* WORK ORDER
Lines outside the range are not wanted. Give again exactly the lines between the line holding "#35=ORIENTED_EDGE('',*,*,#34,.F.);" and the line holding "#47=VERTEX_POINT('',#46);", inclusive, from the listing below.

* INPUT MATERIAL
==*==
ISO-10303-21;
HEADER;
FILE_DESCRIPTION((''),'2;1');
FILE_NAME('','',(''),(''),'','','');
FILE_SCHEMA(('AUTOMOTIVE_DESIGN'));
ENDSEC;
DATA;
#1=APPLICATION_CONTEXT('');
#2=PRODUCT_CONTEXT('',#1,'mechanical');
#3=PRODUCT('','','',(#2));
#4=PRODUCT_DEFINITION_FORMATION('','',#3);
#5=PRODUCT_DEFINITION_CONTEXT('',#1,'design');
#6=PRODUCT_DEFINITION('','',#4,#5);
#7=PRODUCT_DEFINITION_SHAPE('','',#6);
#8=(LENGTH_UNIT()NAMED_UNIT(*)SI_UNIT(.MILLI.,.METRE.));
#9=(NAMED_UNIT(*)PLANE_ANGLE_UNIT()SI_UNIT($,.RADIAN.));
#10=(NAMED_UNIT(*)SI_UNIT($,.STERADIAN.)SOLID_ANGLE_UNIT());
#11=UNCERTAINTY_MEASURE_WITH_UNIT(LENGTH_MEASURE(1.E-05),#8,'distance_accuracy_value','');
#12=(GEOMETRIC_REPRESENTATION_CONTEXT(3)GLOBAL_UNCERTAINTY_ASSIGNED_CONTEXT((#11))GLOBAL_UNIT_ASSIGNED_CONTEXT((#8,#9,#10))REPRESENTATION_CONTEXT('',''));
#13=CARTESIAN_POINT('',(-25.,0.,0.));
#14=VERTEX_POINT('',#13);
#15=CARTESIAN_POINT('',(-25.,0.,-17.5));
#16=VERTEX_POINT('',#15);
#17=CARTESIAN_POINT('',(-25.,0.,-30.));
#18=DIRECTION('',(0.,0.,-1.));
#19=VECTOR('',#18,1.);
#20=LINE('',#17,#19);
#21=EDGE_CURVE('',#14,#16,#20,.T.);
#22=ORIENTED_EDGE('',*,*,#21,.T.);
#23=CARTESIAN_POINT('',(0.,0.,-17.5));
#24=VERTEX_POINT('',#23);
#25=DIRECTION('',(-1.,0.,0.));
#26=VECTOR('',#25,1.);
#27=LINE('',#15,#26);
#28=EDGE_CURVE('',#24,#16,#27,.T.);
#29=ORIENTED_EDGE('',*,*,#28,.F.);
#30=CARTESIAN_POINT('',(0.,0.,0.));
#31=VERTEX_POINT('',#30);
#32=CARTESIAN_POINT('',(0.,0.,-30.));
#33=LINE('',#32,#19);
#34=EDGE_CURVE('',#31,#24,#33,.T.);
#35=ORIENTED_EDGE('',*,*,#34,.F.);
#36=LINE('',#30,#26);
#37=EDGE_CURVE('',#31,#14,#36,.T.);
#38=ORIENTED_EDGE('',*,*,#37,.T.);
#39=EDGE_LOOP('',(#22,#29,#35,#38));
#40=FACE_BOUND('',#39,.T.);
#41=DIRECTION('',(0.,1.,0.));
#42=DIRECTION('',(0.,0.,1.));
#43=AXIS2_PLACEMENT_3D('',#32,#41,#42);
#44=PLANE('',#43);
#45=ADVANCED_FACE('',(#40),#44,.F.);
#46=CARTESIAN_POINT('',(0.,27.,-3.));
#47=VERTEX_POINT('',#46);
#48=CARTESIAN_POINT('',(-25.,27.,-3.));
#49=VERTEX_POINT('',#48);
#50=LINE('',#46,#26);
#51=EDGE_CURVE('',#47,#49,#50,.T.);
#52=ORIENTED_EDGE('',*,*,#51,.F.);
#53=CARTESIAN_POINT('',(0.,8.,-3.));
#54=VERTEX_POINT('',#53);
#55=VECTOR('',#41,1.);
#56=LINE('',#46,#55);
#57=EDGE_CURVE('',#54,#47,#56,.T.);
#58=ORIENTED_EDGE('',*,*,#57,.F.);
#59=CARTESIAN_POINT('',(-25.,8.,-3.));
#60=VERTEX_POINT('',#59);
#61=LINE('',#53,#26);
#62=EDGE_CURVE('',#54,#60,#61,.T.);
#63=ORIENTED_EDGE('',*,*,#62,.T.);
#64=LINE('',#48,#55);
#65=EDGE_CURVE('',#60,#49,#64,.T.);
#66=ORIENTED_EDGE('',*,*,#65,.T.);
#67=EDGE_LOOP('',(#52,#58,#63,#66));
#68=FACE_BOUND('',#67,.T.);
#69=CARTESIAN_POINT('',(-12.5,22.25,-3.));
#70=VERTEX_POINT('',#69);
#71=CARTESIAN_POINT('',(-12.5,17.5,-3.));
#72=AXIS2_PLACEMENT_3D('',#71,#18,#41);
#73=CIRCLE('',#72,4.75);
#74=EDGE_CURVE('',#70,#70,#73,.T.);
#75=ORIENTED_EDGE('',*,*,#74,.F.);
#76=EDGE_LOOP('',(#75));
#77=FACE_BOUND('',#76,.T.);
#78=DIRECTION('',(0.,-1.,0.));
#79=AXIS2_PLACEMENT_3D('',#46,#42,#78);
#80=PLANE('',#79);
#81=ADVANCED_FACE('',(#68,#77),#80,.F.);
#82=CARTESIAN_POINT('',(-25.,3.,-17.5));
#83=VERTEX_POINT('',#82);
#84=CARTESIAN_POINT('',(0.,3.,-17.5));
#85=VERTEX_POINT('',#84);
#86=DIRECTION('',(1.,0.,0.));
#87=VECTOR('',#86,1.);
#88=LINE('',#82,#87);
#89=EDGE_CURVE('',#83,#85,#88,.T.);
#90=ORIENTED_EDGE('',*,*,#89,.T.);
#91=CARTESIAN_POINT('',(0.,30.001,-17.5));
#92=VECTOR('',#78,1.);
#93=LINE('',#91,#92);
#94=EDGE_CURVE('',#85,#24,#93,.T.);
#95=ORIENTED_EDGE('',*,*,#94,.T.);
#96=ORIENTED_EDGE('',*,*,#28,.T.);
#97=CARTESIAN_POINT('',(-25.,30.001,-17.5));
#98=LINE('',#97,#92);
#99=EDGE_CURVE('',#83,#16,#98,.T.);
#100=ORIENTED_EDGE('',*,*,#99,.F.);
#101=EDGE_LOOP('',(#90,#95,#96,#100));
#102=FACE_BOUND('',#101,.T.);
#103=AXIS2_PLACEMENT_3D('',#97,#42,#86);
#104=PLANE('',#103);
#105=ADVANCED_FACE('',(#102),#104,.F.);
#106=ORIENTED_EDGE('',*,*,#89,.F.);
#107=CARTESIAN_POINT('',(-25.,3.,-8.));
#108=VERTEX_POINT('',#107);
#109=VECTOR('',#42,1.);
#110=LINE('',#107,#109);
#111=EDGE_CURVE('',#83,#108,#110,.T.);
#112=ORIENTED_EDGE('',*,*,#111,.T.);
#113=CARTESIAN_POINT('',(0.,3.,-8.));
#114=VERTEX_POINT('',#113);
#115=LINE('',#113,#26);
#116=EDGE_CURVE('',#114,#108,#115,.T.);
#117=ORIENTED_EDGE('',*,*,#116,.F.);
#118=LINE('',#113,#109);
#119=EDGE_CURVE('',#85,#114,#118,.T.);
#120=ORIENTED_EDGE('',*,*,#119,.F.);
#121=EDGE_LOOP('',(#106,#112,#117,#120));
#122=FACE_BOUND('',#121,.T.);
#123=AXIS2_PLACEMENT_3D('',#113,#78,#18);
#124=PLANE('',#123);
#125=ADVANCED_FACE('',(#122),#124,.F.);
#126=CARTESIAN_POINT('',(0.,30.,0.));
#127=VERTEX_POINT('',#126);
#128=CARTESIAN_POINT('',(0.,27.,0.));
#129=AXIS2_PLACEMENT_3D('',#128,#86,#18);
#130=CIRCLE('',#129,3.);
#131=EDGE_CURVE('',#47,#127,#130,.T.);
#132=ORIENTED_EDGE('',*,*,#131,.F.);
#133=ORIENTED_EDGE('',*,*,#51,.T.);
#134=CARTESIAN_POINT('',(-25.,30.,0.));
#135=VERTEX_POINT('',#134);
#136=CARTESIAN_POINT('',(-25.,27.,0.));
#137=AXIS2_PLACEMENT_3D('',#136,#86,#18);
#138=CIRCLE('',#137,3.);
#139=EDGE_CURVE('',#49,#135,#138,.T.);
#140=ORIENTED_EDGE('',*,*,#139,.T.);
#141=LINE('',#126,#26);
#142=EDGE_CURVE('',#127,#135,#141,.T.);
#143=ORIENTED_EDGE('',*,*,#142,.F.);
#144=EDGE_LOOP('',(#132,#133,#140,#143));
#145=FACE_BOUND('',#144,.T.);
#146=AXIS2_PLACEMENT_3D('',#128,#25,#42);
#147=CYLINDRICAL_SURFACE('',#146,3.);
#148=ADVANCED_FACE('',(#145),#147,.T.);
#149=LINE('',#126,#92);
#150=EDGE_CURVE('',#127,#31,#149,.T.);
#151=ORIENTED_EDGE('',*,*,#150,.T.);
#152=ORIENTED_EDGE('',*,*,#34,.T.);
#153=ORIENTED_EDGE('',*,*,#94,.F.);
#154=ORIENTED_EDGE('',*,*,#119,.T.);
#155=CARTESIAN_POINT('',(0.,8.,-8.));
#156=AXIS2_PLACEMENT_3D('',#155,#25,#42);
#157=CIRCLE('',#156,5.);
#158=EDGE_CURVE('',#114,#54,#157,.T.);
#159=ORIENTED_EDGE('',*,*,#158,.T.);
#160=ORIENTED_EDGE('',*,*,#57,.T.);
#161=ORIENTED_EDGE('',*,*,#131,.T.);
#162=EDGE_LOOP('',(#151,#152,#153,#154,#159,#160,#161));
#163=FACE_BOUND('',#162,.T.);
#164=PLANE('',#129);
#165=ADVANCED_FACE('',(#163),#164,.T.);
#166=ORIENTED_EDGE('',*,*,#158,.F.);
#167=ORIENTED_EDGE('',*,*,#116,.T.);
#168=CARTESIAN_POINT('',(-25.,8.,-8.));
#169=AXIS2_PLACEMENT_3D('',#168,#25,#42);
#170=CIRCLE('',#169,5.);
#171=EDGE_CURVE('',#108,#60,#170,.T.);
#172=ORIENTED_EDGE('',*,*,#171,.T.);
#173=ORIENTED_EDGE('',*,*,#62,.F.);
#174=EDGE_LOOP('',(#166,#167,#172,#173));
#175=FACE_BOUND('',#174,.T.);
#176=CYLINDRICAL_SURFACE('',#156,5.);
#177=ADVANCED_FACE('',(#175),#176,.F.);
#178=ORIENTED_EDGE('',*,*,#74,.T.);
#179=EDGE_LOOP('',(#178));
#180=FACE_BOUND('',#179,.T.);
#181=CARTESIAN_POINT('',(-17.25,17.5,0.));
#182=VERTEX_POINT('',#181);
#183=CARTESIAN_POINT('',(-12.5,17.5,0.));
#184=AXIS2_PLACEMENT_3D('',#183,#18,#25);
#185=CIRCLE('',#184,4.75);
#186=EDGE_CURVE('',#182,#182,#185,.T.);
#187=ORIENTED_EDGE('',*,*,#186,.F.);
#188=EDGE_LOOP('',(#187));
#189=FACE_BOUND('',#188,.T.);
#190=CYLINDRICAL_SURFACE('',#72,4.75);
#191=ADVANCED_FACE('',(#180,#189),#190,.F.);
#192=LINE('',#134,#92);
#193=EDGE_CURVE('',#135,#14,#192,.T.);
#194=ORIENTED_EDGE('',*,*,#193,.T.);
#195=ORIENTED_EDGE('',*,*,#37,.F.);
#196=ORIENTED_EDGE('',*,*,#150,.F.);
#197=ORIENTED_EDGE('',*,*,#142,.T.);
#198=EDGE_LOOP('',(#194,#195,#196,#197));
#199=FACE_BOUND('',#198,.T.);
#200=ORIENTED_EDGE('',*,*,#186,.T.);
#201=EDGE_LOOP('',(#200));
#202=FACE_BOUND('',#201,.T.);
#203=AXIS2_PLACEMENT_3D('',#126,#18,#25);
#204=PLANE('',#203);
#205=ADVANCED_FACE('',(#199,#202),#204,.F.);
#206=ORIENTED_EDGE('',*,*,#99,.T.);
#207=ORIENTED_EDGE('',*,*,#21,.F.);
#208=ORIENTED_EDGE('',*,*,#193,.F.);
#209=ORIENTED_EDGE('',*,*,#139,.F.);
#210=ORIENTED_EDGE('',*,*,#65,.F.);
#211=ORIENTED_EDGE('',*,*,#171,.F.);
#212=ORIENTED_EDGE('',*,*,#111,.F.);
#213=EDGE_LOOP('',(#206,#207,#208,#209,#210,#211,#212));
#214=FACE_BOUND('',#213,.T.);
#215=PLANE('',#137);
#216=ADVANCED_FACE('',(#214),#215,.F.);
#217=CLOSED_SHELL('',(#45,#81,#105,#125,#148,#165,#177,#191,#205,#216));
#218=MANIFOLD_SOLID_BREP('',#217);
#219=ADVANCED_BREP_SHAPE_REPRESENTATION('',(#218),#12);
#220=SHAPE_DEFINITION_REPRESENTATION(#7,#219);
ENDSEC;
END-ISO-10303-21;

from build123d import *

# Parameters (mm, degrees)
L_ANGLE_EQUAL_30X30X3_2_DEPTH  = 25
F_9_5_9_5_DIAMETER_HOLE1_D     = 9.5
F_9_5_9_5_DIAMETER_HOLE1_DEPTH = 18
F_9_5_9_5_DIAMETER_HOLE1_TIP   = 2.85408794
CUT_EXTRUDE1_REACH             = 51.244
SKETCH15_W                     = 25
SKETCH15_H                     = 12.5


with BuildPart() as part:
    # Sketch19 → L angle (equal) 30X30X3(2) (new body)
    with BuildSketch(Plane(origin=(-25, 0, 0), x_dir=(0, 0, -1), z_dir=(1, 0, 0))):
        with BuildLine():
            Line((0, 30), (0, 0))
            Line((0, 0), (30, 0))
            ThreePointArc((30, 0), (29.121320344, 2.121320344), (27, 3))
            Line((27, 3), (8, 3))
            ThreePointArc((8, 3), (4.464466094, 4.464466094), (3, 8))
            Line((3, 8), (3, 27))
            ThreePointArc((3, 27), (2.121320344, 29.121320344), (0, 30))
        make_face()
    extrude(amount=L_ANGLE_EQUAL_30X30X3_2_DEPTH)

    # Ø9.5 (9.5) Diameter Hole1
    with Locations(Plane(origin=(0, 0, -3), x_dir=(-1, 0, 0), z_dir=(0, 0, -1))):
        with Locations((12.5, 17.5)):
            Hole(F_9_5_9_5_DIAMETER_HOLE1_D / 2, depth=F_9_5_9_5_DIAMETER_HOLE1_DEPTH)
            with Locations((0, 0, -(F_9_5_9_5_DIAMETER_HOLE1_DEPTH + F_9_5_9_5_DIAMETER_HOLE1_TIP / 2))):  # 118° drill point
                Cone(0, F_9_5_9_5_DIAMETER_HOLE1_D / 2, F_9_5_9_5_DIAMETER_HOLE1_TIP, mode=Mode.SUBTRACT)

    # Sketch15 → Cut-Extrude1 (cut, up to next)
    with BuildSketch(Plane.XZ, mode=Mode.PRIVATE) as cut_extrude1_sk1:
        with Locations((-12.5, -23.75)):
            Rectangle(SKETCH15_W, SKETCH15_H)
    cut_extrude1_tool1 = extrude(cut_extrude1_sk1.sketch, amount=-CUT_EXTRUDE1_REACH, mode=Mode.PRIVATE) & part.part
    add(cut_extrude1_tool1.solids().sort_by_distance((-12.5, 0, -23.75))[0], mode=Mode.SUBTRACT)


solid = part.part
==*==
* EXERCISE RESPONSE
#35=ORIENTED_EDGE('',*,*,#34,.F.);
#36=LINE('',#30,#26);
#37=EDGE_CURVE('',#31,#14,#36,.T.);
#38=ORIENTED_EDGE('',*,*,#37,.T.);
#39=EDGE_LOOP('',(#22,#29,#35,#38));
#40=FACE_BOUND('',#39,.T.);
#41=DIRECTION('',(0.,1.,0.));
#42=DIRECTION('',(0.,0.,1.));
#43=AXIS2_PLACEMENT_3D('',#32,#41,#42);
#44=PLANE('',#43);
#45=ADVANCED_FACE('',(#40),#44,.F.);
#46=CARTESIAN_POINT('',(0.,27.,-3.));
#47=VERTEX_POINT('',#46);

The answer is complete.